---------- INPUT RECORDS

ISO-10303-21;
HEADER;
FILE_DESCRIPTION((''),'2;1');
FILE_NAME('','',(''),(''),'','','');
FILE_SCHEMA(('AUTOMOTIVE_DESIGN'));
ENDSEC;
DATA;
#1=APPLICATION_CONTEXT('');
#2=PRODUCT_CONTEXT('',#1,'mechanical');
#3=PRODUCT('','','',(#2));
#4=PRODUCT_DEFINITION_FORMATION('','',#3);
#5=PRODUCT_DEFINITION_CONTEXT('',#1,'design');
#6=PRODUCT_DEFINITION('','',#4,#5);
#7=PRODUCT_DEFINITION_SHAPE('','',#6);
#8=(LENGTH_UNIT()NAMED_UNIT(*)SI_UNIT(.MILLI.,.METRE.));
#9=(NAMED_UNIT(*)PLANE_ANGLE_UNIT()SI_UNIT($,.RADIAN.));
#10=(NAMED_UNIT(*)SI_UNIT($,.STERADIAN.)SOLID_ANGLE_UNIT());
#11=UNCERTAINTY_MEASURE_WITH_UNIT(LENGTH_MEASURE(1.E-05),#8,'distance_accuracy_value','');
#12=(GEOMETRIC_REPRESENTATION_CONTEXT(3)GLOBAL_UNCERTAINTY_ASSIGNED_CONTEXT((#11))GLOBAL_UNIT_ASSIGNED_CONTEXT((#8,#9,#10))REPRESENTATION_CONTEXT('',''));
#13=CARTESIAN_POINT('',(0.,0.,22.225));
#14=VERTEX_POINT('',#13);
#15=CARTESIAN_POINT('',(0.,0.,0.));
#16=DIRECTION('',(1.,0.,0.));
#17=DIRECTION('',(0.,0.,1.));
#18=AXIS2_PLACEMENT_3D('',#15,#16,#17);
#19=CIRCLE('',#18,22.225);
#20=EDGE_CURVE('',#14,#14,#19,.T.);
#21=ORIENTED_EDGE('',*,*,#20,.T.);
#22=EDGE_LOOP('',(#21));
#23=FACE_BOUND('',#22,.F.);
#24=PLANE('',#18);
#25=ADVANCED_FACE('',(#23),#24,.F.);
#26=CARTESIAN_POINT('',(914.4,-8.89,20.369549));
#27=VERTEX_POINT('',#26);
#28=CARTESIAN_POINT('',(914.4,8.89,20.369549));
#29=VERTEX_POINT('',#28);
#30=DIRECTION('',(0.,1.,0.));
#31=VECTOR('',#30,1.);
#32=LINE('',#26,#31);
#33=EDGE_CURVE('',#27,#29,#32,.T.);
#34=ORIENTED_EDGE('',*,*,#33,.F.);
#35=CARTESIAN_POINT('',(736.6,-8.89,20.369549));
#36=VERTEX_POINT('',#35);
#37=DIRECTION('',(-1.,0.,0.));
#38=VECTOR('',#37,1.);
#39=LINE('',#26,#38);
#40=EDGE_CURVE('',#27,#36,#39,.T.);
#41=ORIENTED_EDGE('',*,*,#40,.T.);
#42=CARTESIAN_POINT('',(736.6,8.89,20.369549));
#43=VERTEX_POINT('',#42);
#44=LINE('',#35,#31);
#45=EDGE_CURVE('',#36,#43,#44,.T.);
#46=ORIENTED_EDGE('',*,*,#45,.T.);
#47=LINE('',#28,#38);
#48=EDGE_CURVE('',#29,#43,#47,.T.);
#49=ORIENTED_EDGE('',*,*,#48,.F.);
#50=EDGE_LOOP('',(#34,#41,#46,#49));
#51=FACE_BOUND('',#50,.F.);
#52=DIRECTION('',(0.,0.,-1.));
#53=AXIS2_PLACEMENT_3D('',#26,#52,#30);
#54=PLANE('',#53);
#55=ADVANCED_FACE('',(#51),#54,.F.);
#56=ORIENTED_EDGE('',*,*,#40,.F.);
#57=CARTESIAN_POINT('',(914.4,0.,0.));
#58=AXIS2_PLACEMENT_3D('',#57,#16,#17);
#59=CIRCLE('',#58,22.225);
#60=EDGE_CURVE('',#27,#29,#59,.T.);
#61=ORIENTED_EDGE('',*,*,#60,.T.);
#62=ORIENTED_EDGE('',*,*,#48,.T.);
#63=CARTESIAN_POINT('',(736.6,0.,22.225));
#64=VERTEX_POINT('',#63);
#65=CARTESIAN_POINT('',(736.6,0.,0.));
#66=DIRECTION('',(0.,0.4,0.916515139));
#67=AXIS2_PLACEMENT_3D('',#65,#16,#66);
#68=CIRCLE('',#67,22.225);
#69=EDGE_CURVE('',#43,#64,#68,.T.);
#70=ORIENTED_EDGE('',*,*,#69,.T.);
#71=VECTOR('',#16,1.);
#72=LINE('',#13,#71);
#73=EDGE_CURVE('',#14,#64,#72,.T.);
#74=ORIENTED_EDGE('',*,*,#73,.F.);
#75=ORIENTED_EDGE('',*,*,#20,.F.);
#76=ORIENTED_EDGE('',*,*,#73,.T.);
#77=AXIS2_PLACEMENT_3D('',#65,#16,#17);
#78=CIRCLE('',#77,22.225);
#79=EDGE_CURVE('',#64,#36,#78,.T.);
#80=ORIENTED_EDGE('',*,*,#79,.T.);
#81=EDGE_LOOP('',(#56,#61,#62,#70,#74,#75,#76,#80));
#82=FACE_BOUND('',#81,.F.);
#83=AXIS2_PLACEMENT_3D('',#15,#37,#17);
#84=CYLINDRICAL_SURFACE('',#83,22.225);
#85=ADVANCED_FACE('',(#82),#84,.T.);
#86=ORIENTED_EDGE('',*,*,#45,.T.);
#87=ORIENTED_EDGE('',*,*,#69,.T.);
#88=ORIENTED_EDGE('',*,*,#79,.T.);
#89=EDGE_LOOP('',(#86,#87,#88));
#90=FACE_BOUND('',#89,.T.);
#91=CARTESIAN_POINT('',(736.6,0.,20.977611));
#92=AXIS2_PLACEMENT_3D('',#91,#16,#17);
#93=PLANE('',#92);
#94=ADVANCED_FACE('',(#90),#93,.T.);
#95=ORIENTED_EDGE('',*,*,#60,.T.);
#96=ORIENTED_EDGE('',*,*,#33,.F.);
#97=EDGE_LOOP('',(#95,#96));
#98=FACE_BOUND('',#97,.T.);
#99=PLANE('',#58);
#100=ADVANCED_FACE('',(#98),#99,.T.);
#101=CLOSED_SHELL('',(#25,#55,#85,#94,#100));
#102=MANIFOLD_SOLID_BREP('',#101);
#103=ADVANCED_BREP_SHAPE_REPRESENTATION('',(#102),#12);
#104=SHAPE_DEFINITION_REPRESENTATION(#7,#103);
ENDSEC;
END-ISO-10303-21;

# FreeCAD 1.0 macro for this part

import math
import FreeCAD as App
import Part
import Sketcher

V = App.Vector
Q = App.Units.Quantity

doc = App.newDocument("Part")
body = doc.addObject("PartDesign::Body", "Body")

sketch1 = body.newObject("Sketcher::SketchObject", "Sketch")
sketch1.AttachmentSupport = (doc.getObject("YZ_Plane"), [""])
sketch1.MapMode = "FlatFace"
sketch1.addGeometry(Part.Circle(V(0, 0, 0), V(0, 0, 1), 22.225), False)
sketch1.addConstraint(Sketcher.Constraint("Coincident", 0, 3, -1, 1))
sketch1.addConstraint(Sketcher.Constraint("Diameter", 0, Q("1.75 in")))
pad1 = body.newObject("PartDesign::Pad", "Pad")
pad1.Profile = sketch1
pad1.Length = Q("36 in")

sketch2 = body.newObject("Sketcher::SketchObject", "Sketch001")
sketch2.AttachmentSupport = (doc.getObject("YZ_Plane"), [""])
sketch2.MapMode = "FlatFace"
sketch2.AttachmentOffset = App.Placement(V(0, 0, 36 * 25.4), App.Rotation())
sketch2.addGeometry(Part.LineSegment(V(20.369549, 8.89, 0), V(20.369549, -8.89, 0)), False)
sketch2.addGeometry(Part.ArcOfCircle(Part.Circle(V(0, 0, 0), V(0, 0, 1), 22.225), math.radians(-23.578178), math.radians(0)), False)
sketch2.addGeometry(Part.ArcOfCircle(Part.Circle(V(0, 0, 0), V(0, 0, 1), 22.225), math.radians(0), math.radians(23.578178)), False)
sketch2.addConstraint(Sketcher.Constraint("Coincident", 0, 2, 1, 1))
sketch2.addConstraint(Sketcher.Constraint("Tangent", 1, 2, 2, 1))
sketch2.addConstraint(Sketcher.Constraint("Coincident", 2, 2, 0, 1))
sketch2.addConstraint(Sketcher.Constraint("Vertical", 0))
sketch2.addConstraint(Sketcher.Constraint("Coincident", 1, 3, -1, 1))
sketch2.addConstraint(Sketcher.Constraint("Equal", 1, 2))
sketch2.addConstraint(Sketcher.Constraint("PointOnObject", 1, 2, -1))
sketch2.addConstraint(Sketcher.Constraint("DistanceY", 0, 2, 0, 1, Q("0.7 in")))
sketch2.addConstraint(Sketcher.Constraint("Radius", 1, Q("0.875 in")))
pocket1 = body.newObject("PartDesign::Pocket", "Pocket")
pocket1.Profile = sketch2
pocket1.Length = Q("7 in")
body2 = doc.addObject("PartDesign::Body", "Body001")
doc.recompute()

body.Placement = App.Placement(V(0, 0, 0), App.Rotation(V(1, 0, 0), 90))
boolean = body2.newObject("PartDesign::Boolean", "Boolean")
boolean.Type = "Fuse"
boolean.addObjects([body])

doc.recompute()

--------------------

◆ **WORK INSTRUCTION**
Lines from the top of the data above through the line with "#55=ADVANCED_FACE('',(#51),#54,.F.);", both ends included: copy them exactly, nothing more.

◆ **ANSWER SECTION**
ISO-10303-21;
HEADER;
FILE_DESCRIPTION((''),'2;1');
FILE_NAME('','',(''),(''),'','','');
FILE_SCHEMA(('AUTOMOTIVE_DESIGN'));
ENDSEC;
DATA;
#1=APPLICATION_CONTEXT('');
#2=PRODUCT_CONTEXT('',#1,'mechanical');
#3=PRODUCT('','','',(#2));
#4=PRODUCT_DEFINITION_FORMATION('','',#3);
#5=PRODUCT_DEFINITION_CONTEXT('',#1,'design');
#6=PRODUCT_DEFINITION('','',#4,#5);
#7=PRODUCT_DEFINITION_SHAPE('','',#6);
#8=(LENGTH_UNIT()NAMED_UNIT(*)SI_UNIT(.MILLI.,.METRE.));
#9=(NAMED_UNIT(*)PLANE_ANGLE_UNIT()SI_UNIT($,.RADIAN.));
#10=(NAMED_UNIT(*)SI_UNIT($,.STERADIAN.)SOLID_ANGLE_UNIT());
#11=UNCERTAINTY_MEASURE_WITH_UNIT(LENGTH_MEASURE(1.E-05),#8,'distance_accuracy_value','');
#12=(GEOMETRIC_REPRESENTATION_CONTEXT(3)GLOBAL_UNCERTAINTY_ASSIGNED_CONTEXT((#11))GLOBAL_UNIT_ASSIGNED_CONTEXT((#8,#9,#10))REPRESENTATION_CONTEXT('',''));
#13=CARTESIAN_POINT('',(0.,0.,22.225));
#14=VERTEX_POINT('',#13);
#15=CARTESIAN_POINT('',(0.,0.,0.));
#16=DIRECTION('',(1.,0.,0.));
#17=DIRECTION('',(0.,0.,1.));
#18=AXIS2_PLACEMENT_3D('',#15,#16,#17);
#19=CIRCLE('',#18,22.225);
#20=EDGE_CURVE('',#14,#14,#19,.T.);
#21=ORIENTED_EDGE('',*,*,#20,.T.);
#22=EDGE_LOOP('',(#21));
#23=FACE_BOUND('',#22,.F.);
#24=PLANE('',#18);
#25=ADVANCED_FACE('',(#23),#24,.F.);
#26=CARTESIAN_POINT('',(914.4,-8.89,20.369549));
#27=VERTEX_POINT('',#26);
#28=CARTESIAN_POINT('',(914.4,8.89,20.369549));
#29=VERTEX_POINT('',#28);
#30=DIRECTION('',(0.,1.,0.));
#31=VECTOR('',#30,1.);
#32=LINE('',#26,#31);
#33=EDGE_CURVE('',#27,#29,#32,.T.);
#34=ORIENTED_EDGE('',*,*,#33,.F.);
#35=CARTESIAN_POINT('',(736.6,-8.89,20.369549));
#36=VERTEX_POINT('',#35);
#37=DIRECTION('',(-1.,0.,0.));
#38=VECTOR('',#37,1.);
#39=LINE('',#26,#38);
#40=EDGE_CURVE('',#27,#36,#39,.T.);
#41=ORIENTED_EDGE('',*,*,#40,.T.);
#42=CARTESIAN_POINT('',(736.6,8.89,20.369549));
#43=VERTEX_POINT('',#42);
#44=LINE('',#35,#31);
#45=EDGE_CURVE('',#36,#43,#44,.T.);
#46=ORIENTED_EDGE('',*,*,#45,.T.);
#47=LINE('',#28,#38);
#48=EDGE_CURVE('',#29,#43,#47,.T.);
#49=ORIENTED_EDGE('',*,*,#48,.F.);
#50=EDGE_LOOP('',(#34,#41,#46,#49));
#51=FACE_BOUND('',#50,.F.);
#52=DIRECTION('',(0.,0.,-1.));
#53=AXIS2_PLACEMENT_3D('',#26,#52,#30);
#54=PLANE('',#53);
#55=ADVANCED_FACE('',(#51),#54,.F.);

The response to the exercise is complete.